= DIRECTIONS =
Whenever a line in the data holds the string "origin", pull that line out.

[Source data]
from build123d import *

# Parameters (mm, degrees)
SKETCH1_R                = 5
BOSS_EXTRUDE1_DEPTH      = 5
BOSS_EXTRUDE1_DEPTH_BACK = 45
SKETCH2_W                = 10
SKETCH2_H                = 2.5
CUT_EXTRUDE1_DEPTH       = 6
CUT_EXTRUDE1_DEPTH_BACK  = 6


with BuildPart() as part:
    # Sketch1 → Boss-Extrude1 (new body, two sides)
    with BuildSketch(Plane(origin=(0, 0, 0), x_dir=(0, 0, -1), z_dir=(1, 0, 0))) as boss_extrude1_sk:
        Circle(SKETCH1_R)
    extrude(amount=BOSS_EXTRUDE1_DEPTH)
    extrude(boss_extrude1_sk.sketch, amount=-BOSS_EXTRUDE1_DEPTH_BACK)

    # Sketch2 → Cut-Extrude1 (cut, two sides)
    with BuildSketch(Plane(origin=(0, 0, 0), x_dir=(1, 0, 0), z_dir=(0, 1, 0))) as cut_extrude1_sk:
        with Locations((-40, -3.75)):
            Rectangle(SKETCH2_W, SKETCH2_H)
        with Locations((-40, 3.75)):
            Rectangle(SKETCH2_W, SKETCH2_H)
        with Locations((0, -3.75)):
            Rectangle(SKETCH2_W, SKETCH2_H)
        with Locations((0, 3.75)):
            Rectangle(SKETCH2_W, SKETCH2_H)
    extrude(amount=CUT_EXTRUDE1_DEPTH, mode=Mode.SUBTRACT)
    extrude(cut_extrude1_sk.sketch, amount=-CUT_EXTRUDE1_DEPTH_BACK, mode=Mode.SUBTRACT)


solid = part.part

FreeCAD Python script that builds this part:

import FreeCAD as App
import Part
import Sketcher
from FreeCAD import Vector
Q = App.Units.Quantity

doc = App.newDocument("Part")
body = doc.addObject("PartDesign::Body", "Body")

# Sketch on YZ plane
sketch1 = body.newObject("Sketcher::SketchObject", "Sketch")
sketch1.AttachmentSupport = (doc.getObject("YZ_Plane"), [""])
sketch1.MapMode = "FlatFace"
sketch1.addGeometry(Part.Circle(Vector(0, 0, 0), Vector(0, 0, 1), 5), False)
sketch1.addConstraint([
    Sketcher.Constraint("Coincident", 0, 3, -1, 1),
    Sketcher.Constraint("Diameter", 0, Q("10 mm")),
])
pad1 = body.newObject("PartDesign::Pad", "Pad")
pad1.Profile = sketch1
pad1.Type = "TwoLengths"
pad1.Length = 5
pad1.Length2 = 45

# Sketch on XZ plane
sketch2 = body.newObject("Sketcher::SketchObject", "Sketch001")
sketch2.AttachmentSupport = (doc.getObject("XZ_Plane"), [""])
sketch2.MapMode = "FlatFace"
sketch2.addGeometry([
    Part.LineSegment(Vector(-45, 2.5, 0), Vector(-45, 5, 0)),  # 0
    Part.LineSegment(Vector(-45, 5, 0), Vector(-35, 5, 0)),  # 1
    Part.LineSegment(Vector(-35, 5, 0), Vector(-35, 2.5, 0)),  # 2
    Part.LineSegment(Vector(-35, 2.5, 0), Vector(-45, 2.5, 0)),  # 3
    Part.LineSegment(Vector(-45, -5, 0), Vector(-45, -2.5, 0)),  # 4
    Part.LineSegment(Vector(-45, -2.5, 0), Vector(-35, -2.5, 0)),  # 5
    Part.LineSegment(Vector(-35, -2.5, 0), Vector(-35, -5, 0)),  # 6
    Part.LineSegment(Vector(-35, -5, 0), Vector(-45, -5, 0)),  # 7
    Part.LineSegment(Vector(-5, 2.5, 0), Vector(-5, 5, 0)),  # 8
    Part.LineSegment(Vector(-5, 5, 0), Vector(5, 5, 0)),  # 9
    Part.LineSegment(Vector(5, 5, 0), Vector(5, 2.5, 0)),  # 10
    Part.LineSegment(Vector(5, 2.5, 0), Vector(-5, 2.5, 0)),  # 11
    Part.LineSegment(Vector(-5, -5, 0), Vector(-5, -2.5, 0)),  # 12
    Part.LineSegment(Vector(-5, -2.5, 0), Vector(5, -2.5, 0)),  # 13
    Part.LineSegment(Vector(5, -2.5, 0), Vector(5, -5, 0)),  # 14
    Part.LineSegment(Vector(5, -5, 0), Vector(-5, -5, 0)),  # 15
], False)
sketch2.addConstraint([
    Sketcher.Constraint("Coincident", 0, 2, 1, 1),
    Sketcher.Constraint("Coincident", 1, 2, 2, 1),
    Sketcher.Constraint("Coincident", 2, 2, 3, 1),
    Sketcher.Constraint("Coincident", 3, 2, 0, 1),
    Sketcher.Constraint("Coincident", 4, 2, 5, 1),
    Sketcher.Constraint("Coincident", 5, 2, 6, 1),
    Sketcher.Constraint("Coincident", 6, 2, 7, 1),
    Sketcher.Constraint("Coincident", 7, 2, 4, 1),
    Sketcher.Constraint("Coincident", 8, 2, 9, 1),
    Sketcher.Constraint("Coincident", 9, 2, 10, 1),
    Sketcher.Constraint("Coincident", 10, 2, 11, 1),
    Sketcher.Constraint("Coincident", 11, 2, 8, 1),
    Sketcher.Constraint("Coincident", 12, 2, 13, 1),
    Sketcher.Constraint("Coincident", 13, 2, 14, 1),
    Sketcher.Constraint("Coincident", 14, 2, 15, 1),
    Sketcher.Constraint("Coincident", 15, 2, 12, 1),
    Sketcher.Constraint("Vertical", 0),
    Sketcher.Constraint("Horizontal", 1),
    Sketcher.Constraint("Vertical", 2),
    Sketcher.Constraint("Horizontal", 3),
    Sketcher.Constraint("Vertical", 4),
    Sketcher.Constraint("Horizontal", 5),
    Sketcher.Constraint("Vertical", 6),
    Sketcher.Constraint("Horizontal", 7),
    Sketcher.Constraint("Vertical", 8),
    Sketcher.Constraint("Horizontal", 9),
    Sketcher.Constraint("Vertical", 10),
    Sketcher.Constraint("Horizontal", 11),
    Sketcher.Constraint("Vertical", 12),
    Sketcher.Constraint("Horizontal", 13),
    Sketcher.Constraint("Vertical", 14),
    Sketcher.Constraint("Horizontal", 15),
    Sketcher.Constraint("Symmetric", 10, 2, 12, 2, -1, 1),
    Sketcher.Constraint("Symmetric", 8, 2, 14, 2, -1, 1),
    Sketcher.Constraint("Symmetric", 3, 2, 4, 2, -1),
    Sketcher.Constraint("Symmetric", 1, 2, 6, 2, -1),
    Sketcher.Constraint("Horizontal", 1, 2, 8, 2),
    Sketcher.Constraint("Horizontal", 3, 2, 10, 2),
    Sketcher.Constraint("Vertical", 11, 2, 12, 2),
    Sketcher.Constraint("Equal", 7, 9),
    Sketcher.Constraint("DistanceX", 1, 1, 1, 2, Q("10 mm")),
    Sketcher.Constraint("DistanceY", 0, 1, 0, 2, Q("2.5 mm")),
    Sketcher.Constraint("DistanceX", 0, 2, -1, 1, Q("45 mm")),
    Sketcher.Constraint("DistanceY", -1, 1, 0, 2, Q("5 mm")),
])
pocket1 = body.newObject("PartDesign::Pocket", "Pocket")
pocket1.Profile = sketch2
pocket1.Type = "ThroughAll"
pocket1.Midplane = True

doc.recompute()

= EXERCISE ANSWER =
    with BuildSketch(Plane(origin=(0, 0, 0), x_dir=(0, 0, -1), z_dir=(1, 0, 0))) as boss_extrude1_sk:
    with BuildSketch(Plane(origin=(0, 0, 0), x_dir=(1, 0, 0), z_dir=(0, 1, 0))) as cut_extrude1_sk:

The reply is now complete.